Recently we studied the adsorption characteristics of several ions (sodium, choline, chloride, sulfate) on the surface of Horseradish Peroxidase. Experiments show that a superactivity can be induced in this protein by sulfate anions. On the other hand, presence of the choline decreases the activity of the protein. This difference is partially caused by pH changes of the solution as the effect of the added salt. However, pH is not the only effect.
Simulations show that different ions have tendency to bind to different sites at the protein surface. This fact can serve as an explanation of the effect of ions on the protein activity.
Sulfate increases activity mainly by pH change and binds to the charged groups at the protein surface. Choline, on the other hand, has tendency to bind to hydrophobic residues. Solvent-exposed hydrophobic residues are usually found mainly in the active site. Therefore, choline will have higher probability to bind at/near the active site and decrease the activity of the enzyme.
Brine rejection from freezing salt solutions
(with P. Jungwirth)
In 2005, we mostly finished our extensive study of water freezing and brine rejection from freezing salt solutions. Our group was the first one in the world that was able to study this well known natural process using the methods of computational chemistry.
We employed the methods of molecular dynamics to observe the dynamics of the process that occurs during freezing of salt solutions. Salt badly soluble in ice is rejected to the surrounding environment. This process has large natural (water masses circulation in the ocean, possible role in thundercloud electrification) and technical (desalination) cosequences.

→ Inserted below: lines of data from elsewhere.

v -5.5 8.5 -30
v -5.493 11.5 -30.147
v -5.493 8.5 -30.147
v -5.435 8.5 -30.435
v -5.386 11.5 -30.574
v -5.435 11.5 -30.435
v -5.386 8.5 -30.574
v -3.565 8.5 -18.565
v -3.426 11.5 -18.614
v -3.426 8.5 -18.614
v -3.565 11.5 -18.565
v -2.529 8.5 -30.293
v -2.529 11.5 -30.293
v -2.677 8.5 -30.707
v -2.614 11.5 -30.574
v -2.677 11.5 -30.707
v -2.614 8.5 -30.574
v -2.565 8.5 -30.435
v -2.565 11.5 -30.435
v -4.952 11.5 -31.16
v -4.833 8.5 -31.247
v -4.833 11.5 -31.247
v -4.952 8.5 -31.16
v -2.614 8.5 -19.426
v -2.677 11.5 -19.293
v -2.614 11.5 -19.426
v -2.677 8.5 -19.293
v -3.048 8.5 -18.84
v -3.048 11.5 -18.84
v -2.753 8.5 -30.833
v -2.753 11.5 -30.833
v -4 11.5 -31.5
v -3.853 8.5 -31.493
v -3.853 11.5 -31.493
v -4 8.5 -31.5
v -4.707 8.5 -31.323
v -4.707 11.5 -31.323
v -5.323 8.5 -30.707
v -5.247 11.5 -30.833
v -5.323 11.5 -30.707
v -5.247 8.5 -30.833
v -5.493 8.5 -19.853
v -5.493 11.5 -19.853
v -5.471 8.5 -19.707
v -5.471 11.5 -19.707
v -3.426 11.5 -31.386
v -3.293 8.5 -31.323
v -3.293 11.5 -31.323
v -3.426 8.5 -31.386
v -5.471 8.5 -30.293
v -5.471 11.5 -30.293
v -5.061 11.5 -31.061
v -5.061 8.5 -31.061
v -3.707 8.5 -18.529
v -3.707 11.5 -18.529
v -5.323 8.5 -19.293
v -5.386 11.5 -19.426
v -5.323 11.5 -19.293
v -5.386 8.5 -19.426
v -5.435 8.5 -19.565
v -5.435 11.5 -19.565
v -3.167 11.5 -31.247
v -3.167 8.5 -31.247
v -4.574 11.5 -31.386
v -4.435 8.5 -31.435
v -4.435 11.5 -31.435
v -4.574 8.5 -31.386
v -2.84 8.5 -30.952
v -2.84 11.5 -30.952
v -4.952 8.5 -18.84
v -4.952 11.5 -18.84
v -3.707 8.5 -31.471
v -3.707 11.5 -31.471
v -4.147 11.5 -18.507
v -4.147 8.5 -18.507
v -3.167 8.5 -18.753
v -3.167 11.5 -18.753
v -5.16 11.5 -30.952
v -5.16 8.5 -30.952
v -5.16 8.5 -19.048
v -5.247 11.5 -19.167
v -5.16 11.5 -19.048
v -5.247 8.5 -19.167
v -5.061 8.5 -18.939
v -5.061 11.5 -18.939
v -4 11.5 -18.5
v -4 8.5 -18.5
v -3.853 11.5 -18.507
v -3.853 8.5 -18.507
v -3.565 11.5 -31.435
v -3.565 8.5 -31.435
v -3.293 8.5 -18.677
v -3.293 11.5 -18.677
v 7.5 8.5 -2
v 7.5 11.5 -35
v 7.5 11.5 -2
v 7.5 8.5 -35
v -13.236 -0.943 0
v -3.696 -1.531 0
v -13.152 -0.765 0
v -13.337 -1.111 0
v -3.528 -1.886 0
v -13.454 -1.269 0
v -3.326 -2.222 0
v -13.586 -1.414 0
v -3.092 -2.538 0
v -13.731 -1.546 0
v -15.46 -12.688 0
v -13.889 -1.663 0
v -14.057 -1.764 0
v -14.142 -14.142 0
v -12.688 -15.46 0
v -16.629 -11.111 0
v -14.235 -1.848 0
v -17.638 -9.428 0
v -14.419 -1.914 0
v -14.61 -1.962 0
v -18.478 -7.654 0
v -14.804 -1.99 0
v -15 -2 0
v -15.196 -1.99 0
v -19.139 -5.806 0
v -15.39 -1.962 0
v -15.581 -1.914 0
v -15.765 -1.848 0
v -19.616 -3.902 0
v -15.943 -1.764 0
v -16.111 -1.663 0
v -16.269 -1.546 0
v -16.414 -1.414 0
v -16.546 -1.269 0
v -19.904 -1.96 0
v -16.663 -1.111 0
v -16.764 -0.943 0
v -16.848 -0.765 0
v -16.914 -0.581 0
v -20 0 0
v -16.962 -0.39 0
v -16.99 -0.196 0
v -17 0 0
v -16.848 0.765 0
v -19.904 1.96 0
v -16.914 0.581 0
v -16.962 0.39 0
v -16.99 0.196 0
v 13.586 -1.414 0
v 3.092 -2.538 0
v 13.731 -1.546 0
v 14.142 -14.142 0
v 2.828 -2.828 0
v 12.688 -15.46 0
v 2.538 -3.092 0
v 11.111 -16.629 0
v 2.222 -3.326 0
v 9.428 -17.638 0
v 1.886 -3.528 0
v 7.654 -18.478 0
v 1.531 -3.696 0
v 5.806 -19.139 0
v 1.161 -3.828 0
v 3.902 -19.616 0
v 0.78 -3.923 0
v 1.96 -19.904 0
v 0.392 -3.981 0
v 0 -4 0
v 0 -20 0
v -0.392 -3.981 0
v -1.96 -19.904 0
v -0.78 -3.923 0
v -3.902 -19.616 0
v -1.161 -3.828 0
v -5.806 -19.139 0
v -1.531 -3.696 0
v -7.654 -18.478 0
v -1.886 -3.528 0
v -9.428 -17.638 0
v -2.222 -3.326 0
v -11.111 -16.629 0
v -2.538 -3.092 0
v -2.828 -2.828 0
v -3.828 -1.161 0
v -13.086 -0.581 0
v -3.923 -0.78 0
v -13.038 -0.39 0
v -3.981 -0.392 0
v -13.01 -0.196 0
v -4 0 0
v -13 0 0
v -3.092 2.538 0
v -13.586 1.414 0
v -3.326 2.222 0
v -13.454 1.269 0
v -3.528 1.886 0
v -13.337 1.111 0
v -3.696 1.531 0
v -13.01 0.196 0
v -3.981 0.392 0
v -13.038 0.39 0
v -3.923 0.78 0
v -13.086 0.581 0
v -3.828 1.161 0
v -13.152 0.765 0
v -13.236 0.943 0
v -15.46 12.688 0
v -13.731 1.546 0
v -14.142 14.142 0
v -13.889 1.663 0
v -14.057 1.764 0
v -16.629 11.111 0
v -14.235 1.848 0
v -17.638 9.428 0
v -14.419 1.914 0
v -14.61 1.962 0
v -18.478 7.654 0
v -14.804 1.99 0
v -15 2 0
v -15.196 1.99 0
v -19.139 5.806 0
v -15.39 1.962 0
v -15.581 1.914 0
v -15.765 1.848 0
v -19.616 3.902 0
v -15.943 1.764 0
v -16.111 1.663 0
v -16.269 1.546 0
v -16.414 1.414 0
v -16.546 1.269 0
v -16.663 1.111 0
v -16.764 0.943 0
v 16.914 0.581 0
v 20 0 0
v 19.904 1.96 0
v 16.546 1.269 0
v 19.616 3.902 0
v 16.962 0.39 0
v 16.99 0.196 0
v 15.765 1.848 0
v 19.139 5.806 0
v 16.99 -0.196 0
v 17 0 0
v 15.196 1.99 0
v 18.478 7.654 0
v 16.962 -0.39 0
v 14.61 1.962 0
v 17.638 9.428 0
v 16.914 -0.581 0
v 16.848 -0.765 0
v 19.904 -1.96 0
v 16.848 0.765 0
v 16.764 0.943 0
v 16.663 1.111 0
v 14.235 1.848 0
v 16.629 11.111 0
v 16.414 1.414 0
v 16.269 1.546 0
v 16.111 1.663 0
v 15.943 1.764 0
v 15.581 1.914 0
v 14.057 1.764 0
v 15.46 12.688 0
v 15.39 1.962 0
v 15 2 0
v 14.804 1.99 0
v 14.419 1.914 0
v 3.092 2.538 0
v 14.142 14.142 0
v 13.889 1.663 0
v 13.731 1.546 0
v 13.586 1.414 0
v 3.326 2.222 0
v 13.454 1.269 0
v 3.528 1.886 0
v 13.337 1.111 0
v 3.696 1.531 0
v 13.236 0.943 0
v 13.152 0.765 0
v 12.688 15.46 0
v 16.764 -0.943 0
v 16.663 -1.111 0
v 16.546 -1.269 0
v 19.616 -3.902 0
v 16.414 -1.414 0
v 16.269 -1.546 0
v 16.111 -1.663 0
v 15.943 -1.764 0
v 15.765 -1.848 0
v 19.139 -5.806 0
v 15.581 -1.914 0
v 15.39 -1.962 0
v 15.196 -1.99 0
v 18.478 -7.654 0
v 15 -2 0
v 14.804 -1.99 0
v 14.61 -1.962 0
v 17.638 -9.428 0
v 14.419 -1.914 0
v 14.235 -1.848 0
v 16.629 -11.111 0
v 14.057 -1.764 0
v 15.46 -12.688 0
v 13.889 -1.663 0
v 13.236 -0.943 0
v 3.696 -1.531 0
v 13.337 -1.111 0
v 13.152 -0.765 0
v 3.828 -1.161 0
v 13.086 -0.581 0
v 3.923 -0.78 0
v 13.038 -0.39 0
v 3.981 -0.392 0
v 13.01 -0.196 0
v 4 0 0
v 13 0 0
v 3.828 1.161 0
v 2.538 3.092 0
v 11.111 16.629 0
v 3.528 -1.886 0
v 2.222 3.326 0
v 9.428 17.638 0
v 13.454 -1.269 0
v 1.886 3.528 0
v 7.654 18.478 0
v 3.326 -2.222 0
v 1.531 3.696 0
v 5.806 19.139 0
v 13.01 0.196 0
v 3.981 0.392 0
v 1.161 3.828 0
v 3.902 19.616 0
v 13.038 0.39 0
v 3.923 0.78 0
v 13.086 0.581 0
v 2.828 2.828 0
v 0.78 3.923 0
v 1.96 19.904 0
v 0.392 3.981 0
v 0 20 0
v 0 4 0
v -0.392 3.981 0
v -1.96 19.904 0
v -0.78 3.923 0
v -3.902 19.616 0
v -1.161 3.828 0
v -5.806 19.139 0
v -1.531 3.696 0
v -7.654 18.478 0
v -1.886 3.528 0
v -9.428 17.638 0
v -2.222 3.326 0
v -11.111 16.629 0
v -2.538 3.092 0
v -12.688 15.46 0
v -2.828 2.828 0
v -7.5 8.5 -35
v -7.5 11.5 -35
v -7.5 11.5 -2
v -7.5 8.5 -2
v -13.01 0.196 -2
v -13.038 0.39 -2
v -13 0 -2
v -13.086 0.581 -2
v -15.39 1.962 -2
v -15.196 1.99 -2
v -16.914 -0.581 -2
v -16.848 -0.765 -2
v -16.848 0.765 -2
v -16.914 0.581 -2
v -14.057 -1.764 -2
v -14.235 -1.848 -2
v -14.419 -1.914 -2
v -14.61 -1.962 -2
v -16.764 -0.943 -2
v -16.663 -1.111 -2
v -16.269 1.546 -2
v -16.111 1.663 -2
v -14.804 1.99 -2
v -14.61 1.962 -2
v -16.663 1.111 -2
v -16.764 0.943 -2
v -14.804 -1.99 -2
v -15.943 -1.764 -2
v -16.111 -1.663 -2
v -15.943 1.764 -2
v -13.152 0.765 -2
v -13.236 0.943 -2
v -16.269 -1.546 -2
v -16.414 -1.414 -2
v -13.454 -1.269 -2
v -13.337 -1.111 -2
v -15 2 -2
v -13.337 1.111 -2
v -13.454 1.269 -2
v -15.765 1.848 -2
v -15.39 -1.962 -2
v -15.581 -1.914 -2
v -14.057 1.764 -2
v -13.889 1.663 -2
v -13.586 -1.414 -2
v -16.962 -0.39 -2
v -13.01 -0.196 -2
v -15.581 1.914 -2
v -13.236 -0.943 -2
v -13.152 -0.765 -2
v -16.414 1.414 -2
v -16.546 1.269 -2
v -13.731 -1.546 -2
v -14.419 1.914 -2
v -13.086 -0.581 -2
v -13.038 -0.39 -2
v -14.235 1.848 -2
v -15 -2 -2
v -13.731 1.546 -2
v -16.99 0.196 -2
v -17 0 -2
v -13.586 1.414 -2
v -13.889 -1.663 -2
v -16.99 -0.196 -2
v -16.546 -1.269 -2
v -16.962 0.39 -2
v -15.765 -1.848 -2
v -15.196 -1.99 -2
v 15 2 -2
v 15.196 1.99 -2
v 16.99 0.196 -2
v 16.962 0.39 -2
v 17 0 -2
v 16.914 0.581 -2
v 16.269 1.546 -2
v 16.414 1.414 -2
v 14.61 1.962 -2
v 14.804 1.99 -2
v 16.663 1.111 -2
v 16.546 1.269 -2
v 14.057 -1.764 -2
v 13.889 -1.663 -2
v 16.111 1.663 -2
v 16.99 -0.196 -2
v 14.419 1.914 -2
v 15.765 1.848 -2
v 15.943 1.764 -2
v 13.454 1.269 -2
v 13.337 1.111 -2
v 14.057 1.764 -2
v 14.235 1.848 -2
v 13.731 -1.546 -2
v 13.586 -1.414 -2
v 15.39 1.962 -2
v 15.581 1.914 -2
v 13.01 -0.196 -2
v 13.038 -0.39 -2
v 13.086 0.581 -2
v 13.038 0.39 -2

The figure (click to get bigger picture) shows snapshots from the MD simulations of the freezing of salt water (sodium – green, chloride – brown). Ions are rejected/repelled from the freezing water (ice lattice) into the remaining liquid phase.
On 31st July 2006, German scientific portal Wissenschaft.de mentioned our work on the brine rejection in this article (the pdf printout of the article can be found here in case the original page is no longer available).
Structure and dynamics of ions at the air/water interface
(with P. Jungwirth)
Results of the recent research (both experimental and theoretical) indicate that the ‘classic’ picture of the air/water interface devoid of ions (Onsager-Samaras theory of electrolytes and interfaces) is valid only for small and nonpolarizable species. Big, soft, polarizable ions show profound affinity towards the interface. Polarization interactions therefore play a crucial role in this process.
Study of the propensity of different ions for the air/water interfaces has long ‘tradition’ in the group of Prof. Jungwirth. We studied the aqueous interfaces of various electrolyte solutions using the molecular dynamics with polarizable potentials.
The project started with simple atomic inorganic ions (halides) and evolved into the study of simple molecular ions (nitrate, sulfate, azide, thiocyanate). In the last period we investigated solvation properties of simple symmetric tetraalkylammonium cations (C=1-4) and some cations with long hydrophobic tails.
The figure (click to get bigger picture) shows the side view of the distribution of ions throughout the water slab. Interfaces are located in the upper and lower parts of the picture. Following ions are involved: cations – tetrabutylammonium, sodium (green); anions – iodide (violet), bromide (orange).